"The closure of the unit ball of $C^1[0, 1]$ in $C[0, 1]$" and its compactness
Ascoli-Arzelá requires says that a set $\scr F$ in $C^0([0,1])$ is compact iff it is:
1) closed, 2) bounded (or ``equibounded'') and 3) equicontinuous.
If if $L=\{f\in \cal C^1:\max\{||f'||_\infty, ||f||_\infty\} <1 \}$ is considered as a subset of $C^0$ then 1) it is equibounded because it is a subset of the unit ball in $\cal C^0$ (i.e. $||f||_\infty<1$);
2) it is equicontinuous because all $f\in L$ are Lipshitz with constant at worst $1$ (by the "mean value theorem" of calculus).
3) As written it is clearly not closed in $\cal C^0$; but the question asks for its closure in $\cal C^0$, so that comes for free.
What I am not sure of, is whether the closure in $\cal C^0$ coincides with the closure in $\cal C^1$, but I doubt it.
This is basically a rehash of what Martin put in his comments following my question.
With the norm that I had in mind while posting this problem (the sup-norm $\lVert \rVert _{\infty}$ on $C^1[0,1]$), the argument which I originally laid out, works well. Therefore, $K$ is not compact in $(C^1[0,1], \lVert \rVert _{\infty})$.
But, as Martin kindly pointed out, the usual norm on $C^1[0,1]$ is not the sup-norm but the norm defined by $\lVert f \rVert _{C^1[0,1]}= \operatorname{max}\{\lVert f \rVert_{\infty}, \lVert f' \rVert_{\infty}\}$. If we consider this norm then, the unit ball changes to $B' = \{f \in C^1[0,1]: \lVert f \rVert_{C^1[0,1]} \leq 1\} = \{f \in C^1[0,1]: \lVert f \rVert_{\infty} \leq 1, \lVert f' \rVert_{\infty} \leq 1\} $. Here my original argument fails, because as the functions $f_{\frac{1}{n}}$ get very steep with each increasing $n$, their derivatives become unbounded. Hence they cannot belong in $B'$.
Evebtually, by an application of Arzelà–Ascoli theorem in $(C^1[0,1], \lVert \rVert_{C^1[0,1]})$, the set $K$ turns out to be compact. But since I don't have much experience about that theorem (and about stuff like uniform boundedness, equicontinuity etc.), I won't risk any half-hearted attempt to prove this claim.
The argument for the positive answer is a straightforward application of the Arzela-Ascoli theorem. Recall that a set $B \subset C[0,1]$ is sequentially compact in the uniform ($\|\cdot\|_{\infty}$) topology on $C[0,1]$ iff it is equicontinuous and uniformly bounded. I will first define these terms and will then show they hold in this case.

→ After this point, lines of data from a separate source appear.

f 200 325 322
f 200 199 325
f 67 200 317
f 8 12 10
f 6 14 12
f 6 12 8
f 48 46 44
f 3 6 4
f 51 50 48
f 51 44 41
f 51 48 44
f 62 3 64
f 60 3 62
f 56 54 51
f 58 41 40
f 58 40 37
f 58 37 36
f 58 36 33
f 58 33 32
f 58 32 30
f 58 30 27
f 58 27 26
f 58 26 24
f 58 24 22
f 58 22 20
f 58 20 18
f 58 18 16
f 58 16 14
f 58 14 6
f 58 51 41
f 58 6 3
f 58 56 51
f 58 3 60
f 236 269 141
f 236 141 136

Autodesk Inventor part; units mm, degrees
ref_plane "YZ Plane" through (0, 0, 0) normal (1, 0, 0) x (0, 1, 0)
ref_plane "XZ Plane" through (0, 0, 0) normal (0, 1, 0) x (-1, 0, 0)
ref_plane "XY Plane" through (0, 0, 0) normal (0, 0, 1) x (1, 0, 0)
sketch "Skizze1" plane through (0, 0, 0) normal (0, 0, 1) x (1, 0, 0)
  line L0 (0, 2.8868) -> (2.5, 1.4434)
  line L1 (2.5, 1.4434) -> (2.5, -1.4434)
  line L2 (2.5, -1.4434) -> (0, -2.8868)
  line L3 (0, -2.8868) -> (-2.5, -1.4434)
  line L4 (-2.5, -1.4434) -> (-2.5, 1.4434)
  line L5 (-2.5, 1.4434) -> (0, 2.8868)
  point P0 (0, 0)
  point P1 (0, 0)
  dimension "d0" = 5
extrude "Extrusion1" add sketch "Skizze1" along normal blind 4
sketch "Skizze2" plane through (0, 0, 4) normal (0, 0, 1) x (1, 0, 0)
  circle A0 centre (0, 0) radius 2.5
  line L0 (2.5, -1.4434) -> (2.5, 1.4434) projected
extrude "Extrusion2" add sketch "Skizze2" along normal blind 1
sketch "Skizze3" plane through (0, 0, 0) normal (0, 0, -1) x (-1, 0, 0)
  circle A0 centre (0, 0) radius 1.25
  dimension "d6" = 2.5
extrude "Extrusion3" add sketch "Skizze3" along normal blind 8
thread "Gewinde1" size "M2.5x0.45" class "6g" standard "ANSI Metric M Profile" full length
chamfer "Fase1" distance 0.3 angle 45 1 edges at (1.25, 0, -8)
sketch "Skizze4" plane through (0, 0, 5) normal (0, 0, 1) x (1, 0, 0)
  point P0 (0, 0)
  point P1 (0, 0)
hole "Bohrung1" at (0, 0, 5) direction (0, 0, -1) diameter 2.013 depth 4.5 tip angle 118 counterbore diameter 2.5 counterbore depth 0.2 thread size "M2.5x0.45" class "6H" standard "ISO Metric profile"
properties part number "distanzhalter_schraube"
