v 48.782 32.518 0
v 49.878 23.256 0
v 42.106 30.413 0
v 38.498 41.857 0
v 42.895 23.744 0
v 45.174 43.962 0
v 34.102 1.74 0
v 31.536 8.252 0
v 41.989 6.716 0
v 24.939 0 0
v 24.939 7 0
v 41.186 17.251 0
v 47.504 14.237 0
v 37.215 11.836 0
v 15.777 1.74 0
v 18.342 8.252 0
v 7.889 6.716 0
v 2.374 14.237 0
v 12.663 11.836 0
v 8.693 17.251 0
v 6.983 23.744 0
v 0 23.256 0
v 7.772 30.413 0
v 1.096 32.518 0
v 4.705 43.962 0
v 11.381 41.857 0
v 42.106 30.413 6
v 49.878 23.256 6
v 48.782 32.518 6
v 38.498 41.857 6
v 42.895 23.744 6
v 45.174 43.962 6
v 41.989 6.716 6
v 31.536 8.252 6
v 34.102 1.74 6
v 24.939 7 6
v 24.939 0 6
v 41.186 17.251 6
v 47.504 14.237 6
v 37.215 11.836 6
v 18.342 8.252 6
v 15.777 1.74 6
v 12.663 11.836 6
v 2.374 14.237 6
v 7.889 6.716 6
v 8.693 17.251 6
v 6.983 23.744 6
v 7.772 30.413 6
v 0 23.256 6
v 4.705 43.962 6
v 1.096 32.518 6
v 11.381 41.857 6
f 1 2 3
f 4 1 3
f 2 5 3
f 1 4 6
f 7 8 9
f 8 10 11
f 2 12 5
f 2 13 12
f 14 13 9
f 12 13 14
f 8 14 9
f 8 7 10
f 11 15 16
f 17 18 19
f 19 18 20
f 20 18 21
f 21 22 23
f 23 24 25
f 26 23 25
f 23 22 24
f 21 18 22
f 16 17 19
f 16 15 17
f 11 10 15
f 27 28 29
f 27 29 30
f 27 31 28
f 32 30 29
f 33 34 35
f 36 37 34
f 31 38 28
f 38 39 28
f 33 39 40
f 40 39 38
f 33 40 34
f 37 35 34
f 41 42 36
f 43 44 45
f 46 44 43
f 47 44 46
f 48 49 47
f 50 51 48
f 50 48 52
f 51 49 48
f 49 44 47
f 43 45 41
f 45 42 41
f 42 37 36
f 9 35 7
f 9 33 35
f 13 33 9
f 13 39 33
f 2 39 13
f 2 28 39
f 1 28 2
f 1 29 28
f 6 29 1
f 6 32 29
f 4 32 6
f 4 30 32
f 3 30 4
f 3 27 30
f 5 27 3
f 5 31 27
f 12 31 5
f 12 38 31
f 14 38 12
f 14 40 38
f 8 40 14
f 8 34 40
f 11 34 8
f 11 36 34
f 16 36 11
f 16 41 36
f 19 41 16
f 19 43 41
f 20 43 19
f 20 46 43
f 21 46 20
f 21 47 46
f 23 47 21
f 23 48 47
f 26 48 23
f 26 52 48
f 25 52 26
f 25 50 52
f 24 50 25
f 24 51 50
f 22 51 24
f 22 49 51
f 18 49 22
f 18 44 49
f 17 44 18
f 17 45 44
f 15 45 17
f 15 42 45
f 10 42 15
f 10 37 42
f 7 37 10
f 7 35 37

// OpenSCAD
$fn = 32;

// ----------------------------------------------------------------------
// Clip blank: omega clip, 6 mm thick
// ----------------------------------------------------------------------

// --- parameters (mm) ---
profile_height = 6;       // extrusion height
profile_points = 26;      // points of the closed outline

profile = [[1.096, 32.518], [0, 23.256], [2.374, 14.237], [7.889, 6.716], [15.777, 1.74], [24.939, 0], [34.102, 1.74], [41.989, 6.716], [47.504, 14.237], [49.878, 23.256], [48.782, 32.518], [45.174, 43.962], [38.498, 41.857], [42.106, 30.413], [42.895, 23.744], [41.186, 17.251], [37.215, 11.836], [31.536, 8.252], [24.939, 7], [18.342, 8.252], [12.663, 11.836], [8.693, 17.251], [6.983, 23.744], [7.772, 30.413], [11.381, 41.857], [4.705, 43.962]];  // single closed polygon, 26 points, counter clockwise

// --- the one profile operation ---
linear_extrude(height = profile_height) polygon(points = profile);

Equicontinuity: for all $\epsilon > 0$ there exists $\delta > 0$ such that for any $f \in B$ and any $x,y \in [0,1]$, we have $|x-y| < \delta$ implies $|f(x) - f(y)| < \epsilon$. Note that we're demanding that the modulus of continuity may be uniformly chosen across $B$.
Uniform Boundedness: There is an $M > 0$ such that for any $f \in B$, $\|f\|_{\infty} \leq M$.
Indeed, $B = \{f \in C^1[0,1] \mid \|f\|_{\infty} \vee \|f'\|_{\infty} \leq 1\}$ and so immediately we have uniform boundedness for $M = 1$. For equicontinuity, recall by the mean value theorem that for any $f \in B$, $$ |f(x) - f(y)| \leq \|f'\|_{\infty}|x-y| \leq |x - y| $$ which means that for the $\epsilon$ challenge, we may take $\delta = \epsilon$ for any $f \in B$.